Introduction

The SpeechLinks project focuses on creating robust, widely-deployable and cost-effective technology solution for enabling and enhancing cross-lingual spoken language interaction between people who do not share a common language. One of our target applications focuses on communication between healthcare personnel who speak English only and patients with limited English proficiency (sponsored by the NSF). The interaction represents machine-mediated interpersonal communication, which is different from conventional human-machine dialogs.

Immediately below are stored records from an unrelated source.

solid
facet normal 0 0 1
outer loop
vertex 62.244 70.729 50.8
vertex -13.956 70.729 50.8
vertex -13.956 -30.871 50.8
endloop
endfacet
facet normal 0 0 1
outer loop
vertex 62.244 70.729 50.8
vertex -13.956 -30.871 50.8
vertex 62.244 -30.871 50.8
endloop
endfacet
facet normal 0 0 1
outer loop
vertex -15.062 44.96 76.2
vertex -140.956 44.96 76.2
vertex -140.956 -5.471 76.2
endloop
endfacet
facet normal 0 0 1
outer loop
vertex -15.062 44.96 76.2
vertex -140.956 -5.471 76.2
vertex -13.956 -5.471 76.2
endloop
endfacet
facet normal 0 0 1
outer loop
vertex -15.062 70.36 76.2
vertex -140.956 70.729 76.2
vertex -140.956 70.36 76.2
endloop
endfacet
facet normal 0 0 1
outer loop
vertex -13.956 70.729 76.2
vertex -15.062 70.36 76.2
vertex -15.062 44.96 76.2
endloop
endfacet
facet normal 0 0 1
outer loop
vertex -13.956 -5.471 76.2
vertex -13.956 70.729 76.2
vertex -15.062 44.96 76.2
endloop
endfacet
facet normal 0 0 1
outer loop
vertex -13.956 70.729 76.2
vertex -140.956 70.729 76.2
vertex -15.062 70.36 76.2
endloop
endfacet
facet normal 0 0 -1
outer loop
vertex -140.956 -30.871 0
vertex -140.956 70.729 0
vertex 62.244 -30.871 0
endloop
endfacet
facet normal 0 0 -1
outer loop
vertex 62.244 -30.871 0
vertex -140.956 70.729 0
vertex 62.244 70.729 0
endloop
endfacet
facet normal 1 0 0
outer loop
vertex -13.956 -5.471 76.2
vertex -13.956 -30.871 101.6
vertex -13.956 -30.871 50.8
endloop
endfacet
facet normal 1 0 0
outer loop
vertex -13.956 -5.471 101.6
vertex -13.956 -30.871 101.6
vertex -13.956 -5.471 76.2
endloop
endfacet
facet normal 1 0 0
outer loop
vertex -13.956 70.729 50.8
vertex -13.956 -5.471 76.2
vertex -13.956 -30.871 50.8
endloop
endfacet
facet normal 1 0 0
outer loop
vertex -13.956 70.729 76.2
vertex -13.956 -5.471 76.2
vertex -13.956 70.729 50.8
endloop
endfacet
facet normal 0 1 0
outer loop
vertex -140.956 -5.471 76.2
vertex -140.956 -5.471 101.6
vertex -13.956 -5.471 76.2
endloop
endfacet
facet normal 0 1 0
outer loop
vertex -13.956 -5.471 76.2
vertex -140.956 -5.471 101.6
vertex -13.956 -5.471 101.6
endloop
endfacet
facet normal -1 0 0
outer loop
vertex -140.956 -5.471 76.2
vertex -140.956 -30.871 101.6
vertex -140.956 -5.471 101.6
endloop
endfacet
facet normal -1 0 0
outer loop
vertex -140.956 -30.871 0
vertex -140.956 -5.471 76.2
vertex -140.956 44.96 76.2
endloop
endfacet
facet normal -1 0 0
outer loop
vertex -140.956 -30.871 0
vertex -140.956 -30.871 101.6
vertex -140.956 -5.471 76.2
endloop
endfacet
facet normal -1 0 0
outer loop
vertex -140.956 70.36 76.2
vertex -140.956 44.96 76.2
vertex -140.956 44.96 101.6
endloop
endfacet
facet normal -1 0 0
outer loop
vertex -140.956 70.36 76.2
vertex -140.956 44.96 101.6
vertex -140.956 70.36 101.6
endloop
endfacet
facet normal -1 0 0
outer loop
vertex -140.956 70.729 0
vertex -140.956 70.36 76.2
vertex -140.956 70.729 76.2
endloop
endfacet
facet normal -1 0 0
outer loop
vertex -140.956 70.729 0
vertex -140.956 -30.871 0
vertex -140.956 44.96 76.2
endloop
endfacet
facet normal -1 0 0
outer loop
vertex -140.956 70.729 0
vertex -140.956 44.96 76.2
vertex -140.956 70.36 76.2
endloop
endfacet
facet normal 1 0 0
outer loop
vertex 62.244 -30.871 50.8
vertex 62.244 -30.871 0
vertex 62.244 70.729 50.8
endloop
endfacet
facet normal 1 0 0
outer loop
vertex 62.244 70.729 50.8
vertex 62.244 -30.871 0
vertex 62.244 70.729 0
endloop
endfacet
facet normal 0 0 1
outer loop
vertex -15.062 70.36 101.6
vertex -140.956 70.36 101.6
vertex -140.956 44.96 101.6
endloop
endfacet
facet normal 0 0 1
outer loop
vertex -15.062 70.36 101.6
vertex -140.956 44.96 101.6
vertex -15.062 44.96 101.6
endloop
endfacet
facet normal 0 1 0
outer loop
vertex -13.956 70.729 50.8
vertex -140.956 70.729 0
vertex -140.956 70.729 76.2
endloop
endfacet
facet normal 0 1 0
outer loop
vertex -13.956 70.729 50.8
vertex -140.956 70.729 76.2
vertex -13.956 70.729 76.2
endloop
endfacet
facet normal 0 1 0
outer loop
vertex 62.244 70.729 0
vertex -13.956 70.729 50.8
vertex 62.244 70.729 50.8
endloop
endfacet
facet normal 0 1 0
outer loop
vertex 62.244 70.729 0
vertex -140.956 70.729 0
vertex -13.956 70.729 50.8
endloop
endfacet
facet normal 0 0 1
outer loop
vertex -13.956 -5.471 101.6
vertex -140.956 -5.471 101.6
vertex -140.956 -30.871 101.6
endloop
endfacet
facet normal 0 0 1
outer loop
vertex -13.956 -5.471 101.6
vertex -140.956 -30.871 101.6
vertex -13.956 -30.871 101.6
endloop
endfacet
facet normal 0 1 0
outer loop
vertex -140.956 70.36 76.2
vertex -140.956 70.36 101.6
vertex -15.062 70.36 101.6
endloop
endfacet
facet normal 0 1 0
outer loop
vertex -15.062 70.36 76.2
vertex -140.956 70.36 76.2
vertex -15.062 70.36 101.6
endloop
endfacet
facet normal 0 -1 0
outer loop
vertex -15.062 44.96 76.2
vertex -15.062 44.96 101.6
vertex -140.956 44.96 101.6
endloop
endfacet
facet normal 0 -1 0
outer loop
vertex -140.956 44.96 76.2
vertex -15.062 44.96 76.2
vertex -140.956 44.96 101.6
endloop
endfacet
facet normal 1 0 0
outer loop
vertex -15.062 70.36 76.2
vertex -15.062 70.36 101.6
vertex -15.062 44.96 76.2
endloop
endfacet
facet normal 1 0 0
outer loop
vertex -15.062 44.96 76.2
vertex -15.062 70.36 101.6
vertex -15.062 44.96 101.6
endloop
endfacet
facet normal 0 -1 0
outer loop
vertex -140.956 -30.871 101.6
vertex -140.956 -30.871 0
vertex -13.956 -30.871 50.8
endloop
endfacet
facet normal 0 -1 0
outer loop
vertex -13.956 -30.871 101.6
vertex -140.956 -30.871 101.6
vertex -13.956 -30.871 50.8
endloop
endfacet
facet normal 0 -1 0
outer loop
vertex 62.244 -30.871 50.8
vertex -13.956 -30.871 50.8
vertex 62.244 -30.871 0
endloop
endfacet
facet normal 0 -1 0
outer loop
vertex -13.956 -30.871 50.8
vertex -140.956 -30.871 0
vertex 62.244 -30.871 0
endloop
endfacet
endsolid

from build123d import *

# Parameters (mm, degrees)
F0_W     = 203.2
F0_H     = 101.6
F1_DEPTH = 101.6
F2_W     = 76.2
F2_H     = 101.6
F3_DEPTH = 50.8
F6_DEPTH = 25.4


with BuildPart() as f1:
    # F0 (on Top) → F1 (new body)
    with BuildSketch(Plane.XY):
        with Locations((-39.355746, 19.929246)):
            Rectangle(F0_W, F0_H)
    extrude(amount=F1_DEPTH)

    # F2 (on face) → F3 (cut)
    with BuildSketch(Plane.XY.offset(101.6)):
        with Locations((24.144254, 19.929246)):
            Rectangle(F2_W, F2_H)
    extrude(amount=-F3_DEPTH, mode=Mode.SUBTRACT)

    # F5 (on face) → F6 (cut)
    with BuildSketch(Plane.XY.offset(101.6)):
        Polygon((-140.955746, 70.729246), (-140.955746, 70.360331), (-15.061975, 70.360331), (-15.061975, 44.960331), (-140.955746, 44.960331), (-140.955746, -5.470754), (-13.955746, -5.470754), (-13.955746, 70.729246), align=None)
    extrude(amount=-F6_DEPTH, mode=Mode.SUBTRACT)


solid = f1.part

The state-of-the-art in speech to speech (S2S) system design that enables such cross-lingual interactions is characterized by (1) a pipelined architecture of speech recognition, machine translation and speech synthesis that relies primarily on lexical information, largely ignoring other rich information present in speech and spoken discourse, (2) minimal interaction between the constituent components beyond the pipelining and (3) not adequately taking advantage of the humans in the loop for automatically learning, adapting and collaboratively managing the interaction just as an experienced interpreter would do. Overcoming these fundamental limitations requires improving robust intelligence at all levels - signal, system, and human - and directly leads to the research questions of this project.

Our central premise is that the mediating system should utilize the rich context, beyond what is conveyed by words, while being cognizant of and working along with the participating humans for enabling successful cross-lingual interactions in terms of improved information transfer, communication efficiency and social co-presence. We propose to capture, model and transfer rich contextual information conveyed through speech prosody, discourse, and user state behavior to aid robust translation and expressive synthesis in the target language.

In addition to the above, the SpeechLinks team also works on the design and portability issues of S2S systems in collaboration with BBN Technologies as part of the DAPRA TRANSTAC program.

Top-level Overview of an S2S System

The SpeechLinks translation device operates by recognizing the user's speech input and converting it into text. The text is subsequently translated, and re-synthesized back into the target language.

The Automatic Speech Recognition (ASR) subsystem that produces N-best lists along with the decoding confidence scores. The ASR operates in real time in the two languages of interest. The ASR uses models of the acoustic patterns of human speech trained by example recordings and statistical knowledge about the structure of the language trained by example transcripts.

The Dialog Manager (DM) acts as the heart of the system, redirecting messages accordingly. Every output of the speech recognizer, tagged with time stump, serial number, and other important information is received by the DM, and usually is redirected for display to the Graphical User Interface (GUI), and for translation to the Machine Translation unit. However, the DM also has the options of rejecting recognition results based on several factors, such as confidence reported by the ASR.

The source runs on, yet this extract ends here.